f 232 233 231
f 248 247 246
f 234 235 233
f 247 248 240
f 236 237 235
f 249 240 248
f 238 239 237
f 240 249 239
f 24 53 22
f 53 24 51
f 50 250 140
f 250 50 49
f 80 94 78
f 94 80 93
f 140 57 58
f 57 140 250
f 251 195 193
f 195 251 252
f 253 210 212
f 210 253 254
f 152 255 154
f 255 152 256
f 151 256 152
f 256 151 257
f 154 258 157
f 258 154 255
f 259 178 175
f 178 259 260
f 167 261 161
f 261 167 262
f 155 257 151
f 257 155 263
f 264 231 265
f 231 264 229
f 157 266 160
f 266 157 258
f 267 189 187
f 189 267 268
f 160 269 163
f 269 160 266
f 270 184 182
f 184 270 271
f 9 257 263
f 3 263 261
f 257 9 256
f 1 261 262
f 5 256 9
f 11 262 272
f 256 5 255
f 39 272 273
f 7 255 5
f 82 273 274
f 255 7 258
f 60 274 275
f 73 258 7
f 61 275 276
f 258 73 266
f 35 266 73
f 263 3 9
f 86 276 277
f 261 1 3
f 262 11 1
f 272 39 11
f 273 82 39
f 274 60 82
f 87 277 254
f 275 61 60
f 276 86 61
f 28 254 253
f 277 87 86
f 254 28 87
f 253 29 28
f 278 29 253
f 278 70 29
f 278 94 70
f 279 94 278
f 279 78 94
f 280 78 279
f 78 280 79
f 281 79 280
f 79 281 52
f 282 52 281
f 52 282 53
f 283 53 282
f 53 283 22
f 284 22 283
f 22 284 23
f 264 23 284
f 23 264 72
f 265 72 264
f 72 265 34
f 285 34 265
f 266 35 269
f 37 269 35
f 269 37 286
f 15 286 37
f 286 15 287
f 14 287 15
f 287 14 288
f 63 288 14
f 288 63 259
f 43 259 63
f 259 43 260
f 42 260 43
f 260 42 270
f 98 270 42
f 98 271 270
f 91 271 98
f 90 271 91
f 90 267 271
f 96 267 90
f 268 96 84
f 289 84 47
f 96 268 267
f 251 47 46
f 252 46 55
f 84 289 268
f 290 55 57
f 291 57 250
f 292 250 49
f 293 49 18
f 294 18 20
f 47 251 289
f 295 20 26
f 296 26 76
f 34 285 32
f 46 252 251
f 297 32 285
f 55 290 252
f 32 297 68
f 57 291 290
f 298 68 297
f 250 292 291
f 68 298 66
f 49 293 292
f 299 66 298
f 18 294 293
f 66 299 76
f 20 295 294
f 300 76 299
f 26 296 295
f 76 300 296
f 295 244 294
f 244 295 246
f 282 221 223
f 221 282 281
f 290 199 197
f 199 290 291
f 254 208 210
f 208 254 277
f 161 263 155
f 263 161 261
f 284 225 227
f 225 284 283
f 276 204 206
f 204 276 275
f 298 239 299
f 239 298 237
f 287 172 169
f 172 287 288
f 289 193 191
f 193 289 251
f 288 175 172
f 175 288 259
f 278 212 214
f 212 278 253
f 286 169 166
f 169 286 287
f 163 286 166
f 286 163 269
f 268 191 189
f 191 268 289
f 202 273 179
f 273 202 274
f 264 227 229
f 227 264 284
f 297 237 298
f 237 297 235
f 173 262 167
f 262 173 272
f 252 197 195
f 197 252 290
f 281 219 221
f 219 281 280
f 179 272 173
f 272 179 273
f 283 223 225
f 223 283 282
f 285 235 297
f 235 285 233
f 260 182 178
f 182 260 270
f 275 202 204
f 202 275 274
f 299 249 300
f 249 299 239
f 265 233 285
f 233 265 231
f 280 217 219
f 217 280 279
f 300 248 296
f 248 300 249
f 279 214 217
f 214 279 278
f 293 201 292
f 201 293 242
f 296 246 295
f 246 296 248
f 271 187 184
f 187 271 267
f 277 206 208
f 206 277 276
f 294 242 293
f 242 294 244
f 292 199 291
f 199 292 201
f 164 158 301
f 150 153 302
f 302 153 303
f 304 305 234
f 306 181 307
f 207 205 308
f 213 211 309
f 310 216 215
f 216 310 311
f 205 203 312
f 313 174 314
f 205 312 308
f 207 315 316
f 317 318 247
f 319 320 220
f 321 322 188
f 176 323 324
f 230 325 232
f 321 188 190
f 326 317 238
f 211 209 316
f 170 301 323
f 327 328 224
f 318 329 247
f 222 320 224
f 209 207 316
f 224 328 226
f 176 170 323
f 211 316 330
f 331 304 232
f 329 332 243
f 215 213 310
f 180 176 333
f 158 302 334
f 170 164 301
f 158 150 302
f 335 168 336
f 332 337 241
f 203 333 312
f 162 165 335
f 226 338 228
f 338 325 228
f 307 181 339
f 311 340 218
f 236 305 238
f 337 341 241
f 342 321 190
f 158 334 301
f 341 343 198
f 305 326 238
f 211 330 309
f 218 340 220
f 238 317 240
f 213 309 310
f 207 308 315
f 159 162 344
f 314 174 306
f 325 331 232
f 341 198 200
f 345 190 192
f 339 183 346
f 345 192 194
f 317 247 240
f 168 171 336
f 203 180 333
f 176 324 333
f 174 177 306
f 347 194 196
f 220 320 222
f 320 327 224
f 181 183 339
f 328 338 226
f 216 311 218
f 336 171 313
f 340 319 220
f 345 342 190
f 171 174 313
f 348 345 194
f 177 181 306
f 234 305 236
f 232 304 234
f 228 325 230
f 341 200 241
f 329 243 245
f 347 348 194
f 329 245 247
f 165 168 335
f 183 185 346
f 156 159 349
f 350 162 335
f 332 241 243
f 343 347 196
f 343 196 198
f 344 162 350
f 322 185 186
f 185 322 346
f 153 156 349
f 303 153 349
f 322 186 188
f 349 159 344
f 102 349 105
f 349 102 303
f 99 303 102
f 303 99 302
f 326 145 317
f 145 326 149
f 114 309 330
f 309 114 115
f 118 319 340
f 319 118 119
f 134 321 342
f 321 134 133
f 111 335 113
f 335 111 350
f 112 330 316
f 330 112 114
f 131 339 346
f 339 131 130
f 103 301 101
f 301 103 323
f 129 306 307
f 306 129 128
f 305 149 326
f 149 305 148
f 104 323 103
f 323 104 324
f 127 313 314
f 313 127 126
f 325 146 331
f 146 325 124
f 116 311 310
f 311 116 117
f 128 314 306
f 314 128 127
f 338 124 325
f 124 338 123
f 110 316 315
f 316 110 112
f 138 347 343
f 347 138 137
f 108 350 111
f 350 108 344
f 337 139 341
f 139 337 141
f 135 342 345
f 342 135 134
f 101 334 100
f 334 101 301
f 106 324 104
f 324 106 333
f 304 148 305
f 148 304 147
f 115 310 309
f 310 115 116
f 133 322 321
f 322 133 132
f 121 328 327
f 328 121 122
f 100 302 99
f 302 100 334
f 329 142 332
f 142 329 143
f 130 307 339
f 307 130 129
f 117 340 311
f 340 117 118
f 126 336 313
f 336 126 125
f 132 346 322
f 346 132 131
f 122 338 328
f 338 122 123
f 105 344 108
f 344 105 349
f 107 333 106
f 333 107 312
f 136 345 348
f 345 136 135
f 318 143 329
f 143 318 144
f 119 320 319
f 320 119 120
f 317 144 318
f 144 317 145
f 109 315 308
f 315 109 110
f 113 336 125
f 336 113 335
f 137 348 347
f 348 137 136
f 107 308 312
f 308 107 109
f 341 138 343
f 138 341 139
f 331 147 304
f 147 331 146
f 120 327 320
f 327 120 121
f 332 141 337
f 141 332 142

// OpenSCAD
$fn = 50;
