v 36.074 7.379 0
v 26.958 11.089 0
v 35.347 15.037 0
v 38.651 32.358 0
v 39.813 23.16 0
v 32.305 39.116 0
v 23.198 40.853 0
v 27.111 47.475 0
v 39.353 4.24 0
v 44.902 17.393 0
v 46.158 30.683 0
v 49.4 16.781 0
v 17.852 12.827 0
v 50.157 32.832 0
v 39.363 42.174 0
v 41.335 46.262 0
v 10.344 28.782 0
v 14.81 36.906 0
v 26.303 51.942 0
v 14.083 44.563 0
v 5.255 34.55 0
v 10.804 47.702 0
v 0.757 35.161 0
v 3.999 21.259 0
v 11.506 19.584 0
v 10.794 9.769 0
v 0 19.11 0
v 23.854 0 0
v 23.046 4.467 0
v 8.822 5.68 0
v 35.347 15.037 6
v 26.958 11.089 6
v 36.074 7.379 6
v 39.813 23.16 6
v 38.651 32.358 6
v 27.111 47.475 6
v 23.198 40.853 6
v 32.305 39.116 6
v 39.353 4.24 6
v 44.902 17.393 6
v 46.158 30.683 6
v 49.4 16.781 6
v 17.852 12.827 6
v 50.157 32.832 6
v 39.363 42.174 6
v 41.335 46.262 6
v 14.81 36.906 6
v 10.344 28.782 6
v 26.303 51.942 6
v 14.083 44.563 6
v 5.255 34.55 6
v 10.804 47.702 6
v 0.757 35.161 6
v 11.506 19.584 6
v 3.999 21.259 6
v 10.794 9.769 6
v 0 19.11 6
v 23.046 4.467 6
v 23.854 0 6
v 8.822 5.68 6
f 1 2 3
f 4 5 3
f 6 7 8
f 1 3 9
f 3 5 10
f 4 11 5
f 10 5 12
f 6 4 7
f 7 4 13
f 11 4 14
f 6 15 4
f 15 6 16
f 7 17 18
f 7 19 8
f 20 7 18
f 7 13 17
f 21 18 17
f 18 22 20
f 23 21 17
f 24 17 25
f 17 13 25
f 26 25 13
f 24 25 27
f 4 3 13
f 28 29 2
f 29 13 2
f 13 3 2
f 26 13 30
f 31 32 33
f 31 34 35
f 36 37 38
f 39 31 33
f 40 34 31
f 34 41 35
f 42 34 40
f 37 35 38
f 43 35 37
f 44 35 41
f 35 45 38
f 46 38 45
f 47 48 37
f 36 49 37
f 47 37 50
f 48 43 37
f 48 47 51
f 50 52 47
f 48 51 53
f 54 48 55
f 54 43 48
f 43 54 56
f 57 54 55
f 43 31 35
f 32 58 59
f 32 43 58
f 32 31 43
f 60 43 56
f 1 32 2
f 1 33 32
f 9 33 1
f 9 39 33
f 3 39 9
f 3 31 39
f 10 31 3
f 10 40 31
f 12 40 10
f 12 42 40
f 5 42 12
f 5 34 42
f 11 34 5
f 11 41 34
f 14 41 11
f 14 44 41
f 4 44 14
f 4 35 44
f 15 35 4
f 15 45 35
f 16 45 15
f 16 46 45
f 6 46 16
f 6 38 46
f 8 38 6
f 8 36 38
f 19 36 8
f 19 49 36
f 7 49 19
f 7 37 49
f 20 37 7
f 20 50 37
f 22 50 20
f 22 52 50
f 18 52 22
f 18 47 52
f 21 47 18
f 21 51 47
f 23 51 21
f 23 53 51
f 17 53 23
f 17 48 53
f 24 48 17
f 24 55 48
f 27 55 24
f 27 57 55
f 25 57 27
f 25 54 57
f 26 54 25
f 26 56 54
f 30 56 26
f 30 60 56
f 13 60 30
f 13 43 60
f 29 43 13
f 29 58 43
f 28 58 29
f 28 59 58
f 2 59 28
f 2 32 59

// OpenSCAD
$fn = 32;

// ----------------------------------------------------------------------
// Fan rotor section: 10 blades, 15 mm hub radius, 11 mm blades
// ----------------------------------------------------------------------

// --- parameters (mm) ---
profile_height = 6;       // extrusion height
profile_points = 30;      // points of the closed outline

profile = [[39.813, 23.16], [46.158, 30.683], [50.157, 32.832], [38.651, 32.358], [39.363, 42.174], [41.335, 46.262], [32.305, 39.116], [27.111, 47.475], [26.303, 51.942], [23.198, 40.853], [14.083, 44.563], [10.804, 47.702], [14.81, 36.906], [5.255, 34.55], [0.757, 35.161], [10.344, 28.782], [3.999, 21.259], [0, 19.11], [11.506, 19.584], [10.794, 9.769], [8.822, 5.68], [17.852, 12.827], [23.046, 4.467], [23.854, 0], [26.958, 11.089], [36.074, 7.379], [39.353, 4.24], [35.347, 15.037], [44.902, 17.393], [49.4, 16.781]];  // single closed polygon, 30 points, counter clockwise

// --- the one profile operation ---
linear_extrude(height = profile_height) polygon(points = profile);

━━━━━━━━

* BRIEF:
Among the entries above, the line containing "f 259 178 175", the line containing "f 291 57 250", and all lines between them are to be restated word for word; nothing else belongs in the reply.

* YOUR RESPONSE:
f 259 178 175
f 178 259 260
f 167 261 161
f 261 167 262
f 155 257 151
f 257 155 263
f 264 231 265
f 231 264 229
f 157 266 160
f 266 157 258
f 267 189 187
f 189 267 268
f 160 269 163
f 269 160 266
f 270 184 182
f 184 270 271
f 9 257 263
f 3 263 261
f 257 9 256
f 1 261 262
f 5 256 9
f 11 262 272
f 256 5 255
f 39 272 273
f 7 255 5
f 82 273 274
f 255 7 258
f 60 274 275
f 73 258 7
f 61 275 276
f 258 73 266
f 35 266 73
f 263 3 9
f 86 276 277
f 261 1 3
f 262 11 1
f 272 39 11
f 273 82 39
f 274 60 82
f 87 277 254
f 275 61 60
f 276 86 61
f 28 254 253
f 277 87 86
f 254 28 87
f 253 29 28
f 278 29 253
f 278 70 29
f 278 94 70
f 279 94 278
f 279 78 94
f 280 78 279
f 78 280 79
f 281 79 280
f 79 281 52
f 282 52 281
f 52 282 53
f 283 53 282
f 53 283 22
f 284 22 283
f 22 284 23
f 264 23 284
f 23 264 72
f 265 72 264
f 72 265 34
f 285 34 265
f 266 35 269
f 37 269 35
f 269 37 286
f 15 286 37
f 286 15 287
f 14 287 15
f 287 14 288
f 63 288 14
f 288 63 259
f 43 259 63
f 259 43 260
f 42 260 43
f 260 42 270
f 98 270 42
f 98 271 270
f 91 271 98
f 90 271 91
f 90 267 271
f 96 267 90
f 268 96 84
f 289 84 47
f 96 268 267
f 251 47 46
f 252 46 55
f 84 289 268
f 290 55 57
f 291 57 250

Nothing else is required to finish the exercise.